Materials produce BSDFs (bidirectional scattering distribution functions) which describe to the integrator how a surface scatters light at a given point and therefore its appearance. A material can produce one or many BSDFs depending on how complex the surface is.
Broadly speaking BSDFs can be broken down into two major categories: BRDFs (reflection) and BTDFs (transmission). How much light is reflected versus transmitted is governed by the Fresnel equations. MoonRay supports multiple Fresnel models, but mostly uses dielectric (non-metals) and conductor (metals) Fresnel models.
Each material automatically creates the appropriate BSDFs and Fresnel models according to its input.
The Dwa family of materials (prefixed with Dwa) is a suite of materials that are compatible and can be layered and combined in various ways.
MoonRay accomplishes layering through parameter blending. This means each layerable material is the same material under the hood and they share all the same parameters.
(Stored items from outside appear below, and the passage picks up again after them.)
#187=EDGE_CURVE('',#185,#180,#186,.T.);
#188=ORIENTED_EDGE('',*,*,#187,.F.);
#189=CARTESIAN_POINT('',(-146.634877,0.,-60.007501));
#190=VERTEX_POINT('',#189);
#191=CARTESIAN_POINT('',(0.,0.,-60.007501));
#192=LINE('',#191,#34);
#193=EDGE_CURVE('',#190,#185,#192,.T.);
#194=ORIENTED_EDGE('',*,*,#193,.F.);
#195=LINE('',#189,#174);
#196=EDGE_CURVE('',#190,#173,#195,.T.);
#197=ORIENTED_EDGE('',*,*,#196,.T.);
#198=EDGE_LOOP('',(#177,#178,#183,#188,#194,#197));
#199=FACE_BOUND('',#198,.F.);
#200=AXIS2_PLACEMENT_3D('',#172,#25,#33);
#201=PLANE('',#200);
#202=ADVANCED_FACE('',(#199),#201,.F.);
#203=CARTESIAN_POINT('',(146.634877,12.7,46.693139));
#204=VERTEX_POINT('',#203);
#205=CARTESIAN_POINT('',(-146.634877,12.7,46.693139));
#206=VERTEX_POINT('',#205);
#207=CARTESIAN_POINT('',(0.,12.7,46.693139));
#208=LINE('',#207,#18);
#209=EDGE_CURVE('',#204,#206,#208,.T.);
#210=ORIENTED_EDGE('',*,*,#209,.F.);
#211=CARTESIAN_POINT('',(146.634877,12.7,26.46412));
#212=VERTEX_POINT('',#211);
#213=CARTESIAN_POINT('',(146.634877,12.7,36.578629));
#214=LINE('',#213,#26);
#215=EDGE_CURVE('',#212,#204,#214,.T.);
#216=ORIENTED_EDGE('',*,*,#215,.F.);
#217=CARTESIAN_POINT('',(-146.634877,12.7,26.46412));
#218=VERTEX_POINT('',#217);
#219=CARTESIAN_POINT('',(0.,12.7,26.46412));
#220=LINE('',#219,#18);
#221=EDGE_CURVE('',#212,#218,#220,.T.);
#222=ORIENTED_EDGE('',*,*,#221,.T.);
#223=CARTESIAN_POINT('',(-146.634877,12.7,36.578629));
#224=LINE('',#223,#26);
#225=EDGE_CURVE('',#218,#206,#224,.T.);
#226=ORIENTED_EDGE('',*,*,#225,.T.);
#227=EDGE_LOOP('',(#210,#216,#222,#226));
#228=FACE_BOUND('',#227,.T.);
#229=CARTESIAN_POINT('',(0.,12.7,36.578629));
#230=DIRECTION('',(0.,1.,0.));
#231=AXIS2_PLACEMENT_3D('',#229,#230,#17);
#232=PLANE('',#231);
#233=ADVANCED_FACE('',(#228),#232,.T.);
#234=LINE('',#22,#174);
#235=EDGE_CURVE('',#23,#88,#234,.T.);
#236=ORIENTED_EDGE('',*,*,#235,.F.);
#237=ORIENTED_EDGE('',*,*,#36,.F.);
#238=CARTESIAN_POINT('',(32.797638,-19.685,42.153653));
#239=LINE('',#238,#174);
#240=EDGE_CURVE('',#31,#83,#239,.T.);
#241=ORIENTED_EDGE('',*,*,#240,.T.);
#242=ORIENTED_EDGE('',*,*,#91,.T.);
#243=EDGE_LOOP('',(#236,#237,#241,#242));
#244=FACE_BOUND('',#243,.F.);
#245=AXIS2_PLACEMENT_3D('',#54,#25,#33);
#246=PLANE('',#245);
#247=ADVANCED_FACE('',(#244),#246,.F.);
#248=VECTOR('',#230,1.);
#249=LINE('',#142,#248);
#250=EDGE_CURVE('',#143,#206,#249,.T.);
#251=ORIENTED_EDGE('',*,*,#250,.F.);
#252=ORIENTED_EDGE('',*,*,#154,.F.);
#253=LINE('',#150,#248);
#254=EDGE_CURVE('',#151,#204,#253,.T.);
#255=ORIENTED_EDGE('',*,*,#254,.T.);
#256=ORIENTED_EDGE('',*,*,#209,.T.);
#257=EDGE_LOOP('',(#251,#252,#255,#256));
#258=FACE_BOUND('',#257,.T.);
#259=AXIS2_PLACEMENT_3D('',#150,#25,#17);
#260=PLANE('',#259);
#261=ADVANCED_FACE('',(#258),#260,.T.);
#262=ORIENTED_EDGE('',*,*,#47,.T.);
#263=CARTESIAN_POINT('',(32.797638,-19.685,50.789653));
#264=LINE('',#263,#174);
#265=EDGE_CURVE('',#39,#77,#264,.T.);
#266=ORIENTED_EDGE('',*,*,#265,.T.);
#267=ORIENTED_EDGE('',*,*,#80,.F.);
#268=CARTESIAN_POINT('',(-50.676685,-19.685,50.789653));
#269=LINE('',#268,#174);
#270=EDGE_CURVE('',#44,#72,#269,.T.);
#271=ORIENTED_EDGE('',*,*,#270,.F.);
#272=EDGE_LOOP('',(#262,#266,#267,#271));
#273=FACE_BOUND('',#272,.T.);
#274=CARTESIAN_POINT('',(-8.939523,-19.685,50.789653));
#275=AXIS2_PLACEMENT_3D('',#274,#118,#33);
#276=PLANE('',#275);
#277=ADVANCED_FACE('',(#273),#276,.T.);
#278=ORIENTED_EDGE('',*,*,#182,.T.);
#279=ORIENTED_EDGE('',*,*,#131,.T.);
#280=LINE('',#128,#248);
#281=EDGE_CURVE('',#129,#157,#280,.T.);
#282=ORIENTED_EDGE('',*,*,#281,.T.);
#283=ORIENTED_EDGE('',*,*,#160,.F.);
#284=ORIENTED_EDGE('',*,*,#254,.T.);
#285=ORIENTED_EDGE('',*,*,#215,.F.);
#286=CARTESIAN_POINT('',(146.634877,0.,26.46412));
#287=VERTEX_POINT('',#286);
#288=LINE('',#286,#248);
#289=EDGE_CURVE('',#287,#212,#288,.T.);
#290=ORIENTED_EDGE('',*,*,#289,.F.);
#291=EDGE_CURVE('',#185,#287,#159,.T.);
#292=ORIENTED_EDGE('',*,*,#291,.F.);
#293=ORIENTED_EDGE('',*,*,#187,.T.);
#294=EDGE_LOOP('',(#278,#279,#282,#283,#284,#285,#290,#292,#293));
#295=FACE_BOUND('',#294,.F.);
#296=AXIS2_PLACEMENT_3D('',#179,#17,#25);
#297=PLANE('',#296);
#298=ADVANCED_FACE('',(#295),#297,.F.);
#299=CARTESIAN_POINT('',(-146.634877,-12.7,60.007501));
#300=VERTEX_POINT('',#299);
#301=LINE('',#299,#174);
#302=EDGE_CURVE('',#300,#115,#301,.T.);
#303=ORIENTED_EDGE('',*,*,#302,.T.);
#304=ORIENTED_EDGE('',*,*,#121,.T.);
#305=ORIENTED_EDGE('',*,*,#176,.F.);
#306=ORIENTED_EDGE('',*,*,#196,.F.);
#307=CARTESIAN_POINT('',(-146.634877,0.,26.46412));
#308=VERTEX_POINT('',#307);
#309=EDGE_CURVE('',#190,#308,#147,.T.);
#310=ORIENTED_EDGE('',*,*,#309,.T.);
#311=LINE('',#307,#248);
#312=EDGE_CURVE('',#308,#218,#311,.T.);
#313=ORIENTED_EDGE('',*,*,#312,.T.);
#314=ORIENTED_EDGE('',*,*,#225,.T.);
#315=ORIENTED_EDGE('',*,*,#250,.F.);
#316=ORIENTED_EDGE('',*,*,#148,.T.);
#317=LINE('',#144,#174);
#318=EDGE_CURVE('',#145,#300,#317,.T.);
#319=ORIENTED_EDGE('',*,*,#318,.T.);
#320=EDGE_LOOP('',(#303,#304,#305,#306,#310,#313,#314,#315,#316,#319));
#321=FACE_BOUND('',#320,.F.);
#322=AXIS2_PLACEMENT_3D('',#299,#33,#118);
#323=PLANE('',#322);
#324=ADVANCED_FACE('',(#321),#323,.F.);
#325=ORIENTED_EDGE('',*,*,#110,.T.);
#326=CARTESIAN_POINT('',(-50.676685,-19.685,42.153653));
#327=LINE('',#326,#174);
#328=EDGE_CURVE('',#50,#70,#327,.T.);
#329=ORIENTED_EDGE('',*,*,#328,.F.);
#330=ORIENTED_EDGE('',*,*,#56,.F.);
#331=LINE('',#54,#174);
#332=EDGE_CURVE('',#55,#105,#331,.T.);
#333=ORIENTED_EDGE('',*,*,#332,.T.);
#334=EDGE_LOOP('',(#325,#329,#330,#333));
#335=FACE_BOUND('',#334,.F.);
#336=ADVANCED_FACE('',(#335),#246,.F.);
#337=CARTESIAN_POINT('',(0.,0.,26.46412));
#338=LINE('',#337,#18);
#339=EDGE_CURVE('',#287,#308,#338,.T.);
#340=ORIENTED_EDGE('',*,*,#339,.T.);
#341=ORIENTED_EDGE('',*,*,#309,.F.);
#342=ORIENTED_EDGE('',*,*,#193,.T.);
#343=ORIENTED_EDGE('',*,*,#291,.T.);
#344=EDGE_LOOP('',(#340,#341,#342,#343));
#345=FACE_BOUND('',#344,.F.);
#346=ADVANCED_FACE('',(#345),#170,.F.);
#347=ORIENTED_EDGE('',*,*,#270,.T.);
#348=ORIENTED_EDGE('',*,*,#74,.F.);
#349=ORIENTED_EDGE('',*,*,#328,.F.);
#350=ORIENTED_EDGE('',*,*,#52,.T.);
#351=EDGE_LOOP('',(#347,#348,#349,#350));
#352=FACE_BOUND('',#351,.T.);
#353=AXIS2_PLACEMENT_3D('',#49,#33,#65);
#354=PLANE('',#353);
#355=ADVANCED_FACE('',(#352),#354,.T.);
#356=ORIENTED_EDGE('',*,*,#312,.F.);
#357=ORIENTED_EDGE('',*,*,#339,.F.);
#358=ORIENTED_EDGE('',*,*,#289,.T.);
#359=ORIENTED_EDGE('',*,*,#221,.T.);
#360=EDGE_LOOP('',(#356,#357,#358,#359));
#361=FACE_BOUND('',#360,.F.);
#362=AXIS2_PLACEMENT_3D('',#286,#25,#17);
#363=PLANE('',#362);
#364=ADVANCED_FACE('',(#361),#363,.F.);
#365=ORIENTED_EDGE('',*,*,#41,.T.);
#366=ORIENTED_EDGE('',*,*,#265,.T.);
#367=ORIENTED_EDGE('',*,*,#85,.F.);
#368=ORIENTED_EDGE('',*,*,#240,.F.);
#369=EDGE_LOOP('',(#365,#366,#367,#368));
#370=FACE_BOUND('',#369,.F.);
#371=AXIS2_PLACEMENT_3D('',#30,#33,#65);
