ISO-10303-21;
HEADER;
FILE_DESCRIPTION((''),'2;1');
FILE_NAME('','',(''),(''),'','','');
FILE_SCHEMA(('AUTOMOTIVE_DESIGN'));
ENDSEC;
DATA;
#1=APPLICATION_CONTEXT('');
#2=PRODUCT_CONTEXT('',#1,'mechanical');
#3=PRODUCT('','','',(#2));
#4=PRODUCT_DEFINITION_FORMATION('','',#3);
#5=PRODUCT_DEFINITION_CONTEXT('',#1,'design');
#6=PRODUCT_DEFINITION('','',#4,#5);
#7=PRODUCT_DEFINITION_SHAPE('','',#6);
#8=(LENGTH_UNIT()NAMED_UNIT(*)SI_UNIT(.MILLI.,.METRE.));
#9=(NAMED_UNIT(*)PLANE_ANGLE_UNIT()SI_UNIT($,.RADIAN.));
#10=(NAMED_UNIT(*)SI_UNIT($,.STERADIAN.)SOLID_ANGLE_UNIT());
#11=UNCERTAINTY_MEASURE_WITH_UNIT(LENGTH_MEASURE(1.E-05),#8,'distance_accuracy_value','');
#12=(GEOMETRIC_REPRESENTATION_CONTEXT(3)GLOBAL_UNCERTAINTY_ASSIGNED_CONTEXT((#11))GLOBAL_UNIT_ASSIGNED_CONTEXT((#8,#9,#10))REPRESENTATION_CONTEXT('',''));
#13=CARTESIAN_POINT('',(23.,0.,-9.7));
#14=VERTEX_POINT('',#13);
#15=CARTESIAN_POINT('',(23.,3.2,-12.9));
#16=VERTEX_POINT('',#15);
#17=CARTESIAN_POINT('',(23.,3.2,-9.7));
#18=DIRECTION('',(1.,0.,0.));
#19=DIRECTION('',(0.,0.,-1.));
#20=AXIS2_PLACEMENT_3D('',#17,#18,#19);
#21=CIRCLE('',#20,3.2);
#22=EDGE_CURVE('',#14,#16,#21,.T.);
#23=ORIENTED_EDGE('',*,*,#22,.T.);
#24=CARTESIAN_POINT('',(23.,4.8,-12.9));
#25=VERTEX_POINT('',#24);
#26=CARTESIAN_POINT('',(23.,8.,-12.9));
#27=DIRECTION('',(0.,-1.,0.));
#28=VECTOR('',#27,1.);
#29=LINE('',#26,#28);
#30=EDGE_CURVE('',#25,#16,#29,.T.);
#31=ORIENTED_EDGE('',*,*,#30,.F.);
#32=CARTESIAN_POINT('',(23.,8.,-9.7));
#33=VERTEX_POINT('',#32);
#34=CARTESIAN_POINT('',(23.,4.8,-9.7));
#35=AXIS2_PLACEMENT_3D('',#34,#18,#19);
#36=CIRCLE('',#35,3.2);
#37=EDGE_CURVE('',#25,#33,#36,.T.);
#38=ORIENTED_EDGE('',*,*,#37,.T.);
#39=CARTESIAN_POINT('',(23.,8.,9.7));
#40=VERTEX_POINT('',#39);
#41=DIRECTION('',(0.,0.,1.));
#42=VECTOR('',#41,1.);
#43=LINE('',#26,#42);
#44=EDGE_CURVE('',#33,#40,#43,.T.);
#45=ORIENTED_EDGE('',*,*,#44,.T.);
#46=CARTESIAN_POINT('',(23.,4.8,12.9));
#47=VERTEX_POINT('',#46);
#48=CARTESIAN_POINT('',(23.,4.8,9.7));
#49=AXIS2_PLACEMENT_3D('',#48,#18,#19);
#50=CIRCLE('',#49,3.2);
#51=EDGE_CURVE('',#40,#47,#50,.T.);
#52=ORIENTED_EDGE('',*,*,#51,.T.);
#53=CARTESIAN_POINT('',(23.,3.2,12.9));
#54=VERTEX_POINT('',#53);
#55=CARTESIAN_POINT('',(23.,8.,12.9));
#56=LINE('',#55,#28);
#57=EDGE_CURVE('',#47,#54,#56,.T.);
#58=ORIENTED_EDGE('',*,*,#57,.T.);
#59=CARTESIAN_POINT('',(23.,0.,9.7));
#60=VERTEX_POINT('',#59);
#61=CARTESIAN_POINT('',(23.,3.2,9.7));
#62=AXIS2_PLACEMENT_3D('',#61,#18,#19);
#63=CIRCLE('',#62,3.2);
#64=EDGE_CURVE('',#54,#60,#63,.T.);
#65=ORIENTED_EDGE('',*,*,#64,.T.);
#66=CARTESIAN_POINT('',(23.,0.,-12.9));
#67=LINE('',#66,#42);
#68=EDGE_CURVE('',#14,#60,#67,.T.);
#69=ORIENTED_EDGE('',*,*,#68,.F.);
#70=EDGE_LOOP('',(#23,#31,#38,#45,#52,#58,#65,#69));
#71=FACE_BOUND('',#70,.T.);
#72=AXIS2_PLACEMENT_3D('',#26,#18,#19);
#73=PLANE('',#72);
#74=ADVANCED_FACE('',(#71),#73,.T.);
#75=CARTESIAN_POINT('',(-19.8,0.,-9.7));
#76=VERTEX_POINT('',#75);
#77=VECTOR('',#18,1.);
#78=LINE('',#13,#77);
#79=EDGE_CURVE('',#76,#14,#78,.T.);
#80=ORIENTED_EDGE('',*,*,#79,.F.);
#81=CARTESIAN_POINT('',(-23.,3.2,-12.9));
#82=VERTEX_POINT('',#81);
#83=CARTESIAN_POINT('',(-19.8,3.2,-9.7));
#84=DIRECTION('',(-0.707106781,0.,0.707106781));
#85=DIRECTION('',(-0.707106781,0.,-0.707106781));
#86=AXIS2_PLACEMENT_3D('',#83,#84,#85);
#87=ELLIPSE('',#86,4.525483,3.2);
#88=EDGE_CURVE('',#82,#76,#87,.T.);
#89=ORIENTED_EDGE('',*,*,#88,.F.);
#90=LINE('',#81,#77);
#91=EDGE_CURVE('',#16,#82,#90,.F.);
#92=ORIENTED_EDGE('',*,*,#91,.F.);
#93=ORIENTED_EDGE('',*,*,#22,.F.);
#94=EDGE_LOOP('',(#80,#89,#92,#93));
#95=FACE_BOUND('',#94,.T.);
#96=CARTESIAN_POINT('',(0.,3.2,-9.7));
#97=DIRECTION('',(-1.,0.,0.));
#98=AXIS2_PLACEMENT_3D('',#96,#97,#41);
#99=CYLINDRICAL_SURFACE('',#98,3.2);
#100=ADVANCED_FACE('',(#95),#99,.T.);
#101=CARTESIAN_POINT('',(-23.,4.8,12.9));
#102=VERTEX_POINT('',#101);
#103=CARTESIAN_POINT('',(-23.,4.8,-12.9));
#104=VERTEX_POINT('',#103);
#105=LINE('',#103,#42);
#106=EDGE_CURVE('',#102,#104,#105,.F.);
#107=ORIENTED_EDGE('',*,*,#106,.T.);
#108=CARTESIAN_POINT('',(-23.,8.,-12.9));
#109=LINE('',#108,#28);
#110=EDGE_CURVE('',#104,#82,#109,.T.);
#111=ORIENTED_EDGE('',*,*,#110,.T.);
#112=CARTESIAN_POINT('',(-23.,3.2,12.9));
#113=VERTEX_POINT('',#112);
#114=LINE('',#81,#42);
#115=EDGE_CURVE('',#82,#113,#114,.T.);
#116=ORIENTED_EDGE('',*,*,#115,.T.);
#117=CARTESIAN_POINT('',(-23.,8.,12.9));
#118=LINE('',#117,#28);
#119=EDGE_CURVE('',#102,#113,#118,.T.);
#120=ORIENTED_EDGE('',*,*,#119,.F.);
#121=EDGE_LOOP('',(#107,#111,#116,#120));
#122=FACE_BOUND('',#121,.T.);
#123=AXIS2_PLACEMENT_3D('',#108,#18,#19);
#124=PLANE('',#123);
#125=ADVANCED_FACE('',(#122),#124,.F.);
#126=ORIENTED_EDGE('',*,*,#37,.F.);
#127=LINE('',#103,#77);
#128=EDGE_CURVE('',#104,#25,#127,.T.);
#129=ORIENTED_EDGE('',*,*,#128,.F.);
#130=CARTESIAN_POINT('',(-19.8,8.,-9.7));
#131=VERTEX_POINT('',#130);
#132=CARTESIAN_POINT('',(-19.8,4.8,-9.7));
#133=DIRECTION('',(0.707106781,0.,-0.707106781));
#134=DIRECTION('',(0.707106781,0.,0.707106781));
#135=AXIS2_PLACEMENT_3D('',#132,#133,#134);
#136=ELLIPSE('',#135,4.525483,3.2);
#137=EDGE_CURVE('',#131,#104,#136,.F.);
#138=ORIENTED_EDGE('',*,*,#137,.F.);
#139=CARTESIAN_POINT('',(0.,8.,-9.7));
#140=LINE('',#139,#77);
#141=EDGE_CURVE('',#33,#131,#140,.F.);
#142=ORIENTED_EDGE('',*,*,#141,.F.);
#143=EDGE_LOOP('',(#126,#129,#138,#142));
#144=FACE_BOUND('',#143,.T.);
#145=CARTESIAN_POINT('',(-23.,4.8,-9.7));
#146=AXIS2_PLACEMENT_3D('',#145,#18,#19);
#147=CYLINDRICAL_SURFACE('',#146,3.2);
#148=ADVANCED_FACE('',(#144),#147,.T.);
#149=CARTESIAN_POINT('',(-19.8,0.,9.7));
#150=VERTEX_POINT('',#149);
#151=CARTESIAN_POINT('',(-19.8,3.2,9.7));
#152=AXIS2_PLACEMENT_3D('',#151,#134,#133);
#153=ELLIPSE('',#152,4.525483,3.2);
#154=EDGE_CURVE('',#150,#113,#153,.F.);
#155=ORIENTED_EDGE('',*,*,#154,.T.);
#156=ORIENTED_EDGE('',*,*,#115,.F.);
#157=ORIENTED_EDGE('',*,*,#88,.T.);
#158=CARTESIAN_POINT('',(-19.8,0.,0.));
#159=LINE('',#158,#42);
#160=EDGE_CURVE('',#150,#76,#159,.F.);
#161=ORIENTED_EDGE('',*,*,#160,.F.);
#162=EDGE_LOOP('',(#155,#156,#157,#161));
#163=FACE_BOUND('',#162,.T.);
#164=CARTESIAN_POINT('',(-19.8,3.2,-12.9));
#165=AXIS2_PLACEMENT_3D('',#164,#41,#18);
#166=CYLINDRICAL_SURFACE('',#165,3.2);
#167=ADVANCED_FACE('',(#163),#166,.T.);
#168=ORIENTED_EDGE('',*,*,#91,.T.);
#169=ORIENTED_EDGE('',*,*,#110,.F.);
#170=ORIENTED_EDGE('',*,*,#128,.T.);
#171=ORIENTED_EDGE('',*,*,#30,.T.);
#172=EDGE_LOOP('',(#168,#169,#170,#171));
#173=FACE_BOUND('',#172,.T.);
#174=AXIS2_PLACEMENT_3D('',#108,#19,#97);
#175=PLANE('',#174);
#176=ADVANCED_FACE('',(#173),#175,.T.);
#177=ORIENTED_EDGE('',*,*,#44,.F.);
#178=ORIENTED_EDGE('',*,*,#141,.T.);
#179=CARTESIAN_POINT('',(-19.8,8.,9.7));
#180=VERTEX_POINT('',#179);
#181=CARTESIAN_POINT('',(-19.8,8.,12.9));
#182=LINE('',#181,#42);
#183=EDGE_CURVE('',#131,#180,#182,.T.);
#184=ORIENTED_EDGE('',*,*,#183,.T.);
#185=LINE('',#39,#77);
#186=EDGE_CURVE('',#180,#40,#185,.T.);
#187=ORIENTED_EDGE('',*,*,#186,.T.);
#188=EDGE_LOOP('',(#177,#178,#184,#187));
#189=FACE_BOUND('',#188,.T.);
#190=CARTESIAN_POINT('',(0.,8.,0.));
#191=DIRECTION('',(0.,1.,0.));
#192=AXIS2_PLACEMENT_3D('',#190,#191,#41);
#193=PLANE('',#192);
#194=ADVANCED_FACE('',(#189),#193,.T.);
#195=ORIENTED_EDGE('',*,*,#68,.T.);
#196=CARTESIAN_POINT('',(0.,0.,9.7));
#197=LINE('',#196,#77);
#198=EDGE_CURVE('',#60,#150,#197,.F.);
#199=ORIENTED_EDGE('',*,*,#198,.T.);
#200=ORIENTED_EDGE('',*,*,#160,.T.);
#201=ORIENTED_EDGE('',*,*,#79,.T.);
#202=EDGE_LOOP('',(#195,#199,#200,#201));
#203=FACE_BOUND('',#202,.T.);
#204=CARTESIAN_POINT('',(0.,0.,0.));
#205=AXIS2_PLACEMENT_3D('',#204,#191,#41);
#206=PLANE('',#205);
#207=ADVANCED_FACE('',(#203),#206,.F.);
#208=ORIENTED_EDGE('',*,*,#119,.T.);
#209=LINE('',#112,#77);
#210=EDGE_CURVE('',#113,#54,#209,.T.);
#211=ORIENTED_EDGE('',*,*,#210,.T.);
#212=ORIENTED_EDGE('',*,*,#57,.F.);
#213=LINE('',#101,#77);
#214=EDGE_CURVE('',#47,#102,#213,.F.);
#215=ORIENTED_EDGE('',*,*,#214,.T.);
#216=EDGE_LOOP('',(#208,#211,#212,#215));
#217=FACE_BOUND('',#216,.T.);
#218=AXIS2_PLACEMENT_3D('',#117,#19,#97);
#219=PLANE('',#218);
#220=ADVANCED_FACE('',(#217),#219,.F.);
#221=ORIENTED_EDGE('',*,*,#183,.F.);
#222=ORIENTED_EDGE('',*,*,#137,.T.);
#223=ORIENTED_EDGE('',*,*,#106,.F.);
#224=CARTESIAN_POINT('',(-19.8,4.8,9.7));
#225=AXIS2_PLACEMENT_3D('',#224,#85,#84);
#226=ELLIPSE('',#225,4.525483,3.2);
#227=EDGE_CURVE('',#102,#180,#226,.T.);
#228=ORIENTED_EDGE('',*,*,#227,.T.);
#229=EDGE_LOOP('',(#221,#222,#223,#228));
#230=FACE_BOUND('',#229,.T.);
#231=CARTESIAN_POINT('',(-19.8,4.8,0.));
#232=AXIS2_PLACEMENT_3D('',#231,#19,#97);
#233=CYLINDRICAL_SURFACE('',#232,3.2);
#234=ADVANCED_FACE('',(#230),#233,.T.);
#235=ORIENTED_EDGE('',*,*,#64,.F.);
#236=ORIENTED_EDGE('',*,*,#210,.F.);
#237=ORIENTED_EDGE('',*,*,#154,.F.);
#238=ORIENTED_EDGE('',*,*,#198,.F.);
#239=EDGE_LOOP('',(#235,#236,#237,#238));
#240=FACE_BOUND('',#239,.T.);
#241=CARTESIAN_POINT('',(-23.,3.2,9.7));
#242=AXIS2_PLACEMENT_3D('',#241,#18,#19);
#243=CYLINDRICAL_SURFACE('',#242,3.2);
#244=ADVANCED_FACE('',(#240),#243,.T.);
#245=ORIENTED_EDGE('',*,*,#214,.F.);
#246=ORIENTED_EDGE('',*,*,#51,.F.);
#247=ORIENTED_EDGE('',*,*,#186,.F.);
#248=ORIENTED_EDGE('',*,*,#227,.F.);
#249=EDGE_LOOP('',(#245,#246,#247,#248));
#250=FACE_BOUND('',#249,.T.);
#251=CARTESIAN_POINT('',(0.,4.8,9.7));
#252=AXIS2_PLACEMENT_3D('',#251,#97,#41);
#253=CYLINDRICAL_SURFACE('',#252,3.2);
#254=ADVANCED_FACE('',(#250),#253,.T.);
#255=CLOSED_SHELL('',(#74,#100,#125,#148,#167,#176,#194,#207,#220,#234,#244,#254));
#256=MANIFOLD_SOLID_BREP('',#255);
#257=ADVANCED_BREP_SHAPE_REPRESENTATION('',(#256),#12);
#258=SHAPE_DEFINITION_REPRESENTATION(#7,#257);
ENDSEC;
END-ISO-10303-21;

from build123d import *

# Parameters (mm, degrees)
SKETCH_1_W      = 46
SKETCH_1_H      = 25.8
EXTRUDE_1_DEPTH = 8
FILLET_1_R      = 3.2


with BuildPart() as part:
    # 草图1 → 凸台-拉伸1 (new body)
    with BuildSketch(Plane(origin=(0, 0, 0), x_dir=(1, 0, 0), z_dir=(0, 1, 0))):
        Rectangle(SKETCH_1_W, SKETCH_1_H)
    extrude(amount=EXTRUDE_1_DEPTH)

    # 圆角1
    fillet_1_edges = [part.edges().sort_by_distance(p)[0] for p in [
        (0, 8, -12.9),
        (-23, 8, 0),
        (0, 0, -12.9),
        (0, 0, 12.9),
        (-23, 0, 0),
        (0, 8, 12.9),
    ]]
    fillet(fillet_1_edges, radius=FILLET_1_R)


solid = part.part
Each specific Dwa material is a streamlined version of the DwaBaseMaterial and designed to achieve a specific look and work right out of the box. These streamlined materials are designed with ease of use in mind and only provide relevant parameters.
The key benefit of parameter blending is that it is incredibly fast and efficient. A complex multi-layer material gets resolved to a single new material. The parameters are intelligently blended so layering works even for dissimilar materials.
Hair materials produce a separate type of BSDF called a BCSDF (bidirectional cylindrical scattering distribution function). A BCSDF models the reflection and transmission of light through a cylindrical fiber rather than a flat plane.
Hair materials are designed solely to be used on curve geometry to render hair, fur, or other fibers. They use an entirely different shading model and as such are not compatible with the Dwa materials. However, they are layerable with each other.
Use to switch the shader network when secondary rays are evaluated for anything like shadows, transmission, or reflections
Use to switch between up to 64 different other materials using the choice parameter
Usd specification compliant material
Other material topics
Materials are assigned via a Layer assignment. At a minimum a geometry and material must be provided and by default the material will be lit by all lights in the scene. Further refinement of the material assignment can be achieved by providing a list of part names on the geometry, specifying a lightset, etc. Of note, displacement is applied separately from the material assignment.
Most materials accept a normal map as input, however, there are exceptions like the HairMaterial_v3 which only uses the geometric normals of the curves it is applied to. If a normal map is not supplied, then the material will either use explicit normals if they have been provided as an attribute on the geometry or the geometric normals.
Use thin geometry if you want the behavior of a thin surface, like a bubble or a balloon filled with air. This will essentially let light pass through without bending. It correctly handles IORs (index of refraction) when exiting the surface via back-sided polygons.
Thin geometry is also useful for planar or open surfaces modeled without thickness, eg. a leaf modeled without thickness or windows modeled single-sided.
When something hits the back-side of a surface, MoonRay treats that ray as if it is coming from the inside of a surface and wants to correctly invert the IORs. When designated as thin_geometry, MoonRay treats it as if it is hitting a front-facing surface and does not invert IORs and does not bend the ray since any bending will be corrected upon exiting from the infinitely thin surface.
Note: that roughness will have no effect when thin_geometry is on.
Sometimes you need to cut out or punch holes in a material so that it is not present in that region. For example a leaf on a flat card or a grate with many small holes. To accomplish this the presence attribute exists. This is not the same idea as opacity and it is intended to be used in a binary manner, the surface is either present or not present.
Special care must be taken when rendering nested dielectrics, or refractive objects that share a boundary and have different IORs (index of refraction) such as water in a glass cup with a partially submerged ice cube. There is no gap of air between the objects like there is in most rendering scenarios so the refracted light rays must keep track of their IOR and the object priority. This is accomplished via the priority attribute which only needs to be set in these scenarios.
A term for any light path that travels from a light source, to a specular surface, to a diffuse surface, to the camera. More commonly thought of as light rays focused by the curvature of a refractive or reflective surface such as the light pattern on the bottom of a pool or through a glass cup. Caustics by default are not enabled because of their rendering cost. However, in order to render accurate shadows cast by a refractive object or the focusing of light caused by a refractive or reflective surface casts_caustics must be enabled on the specular material.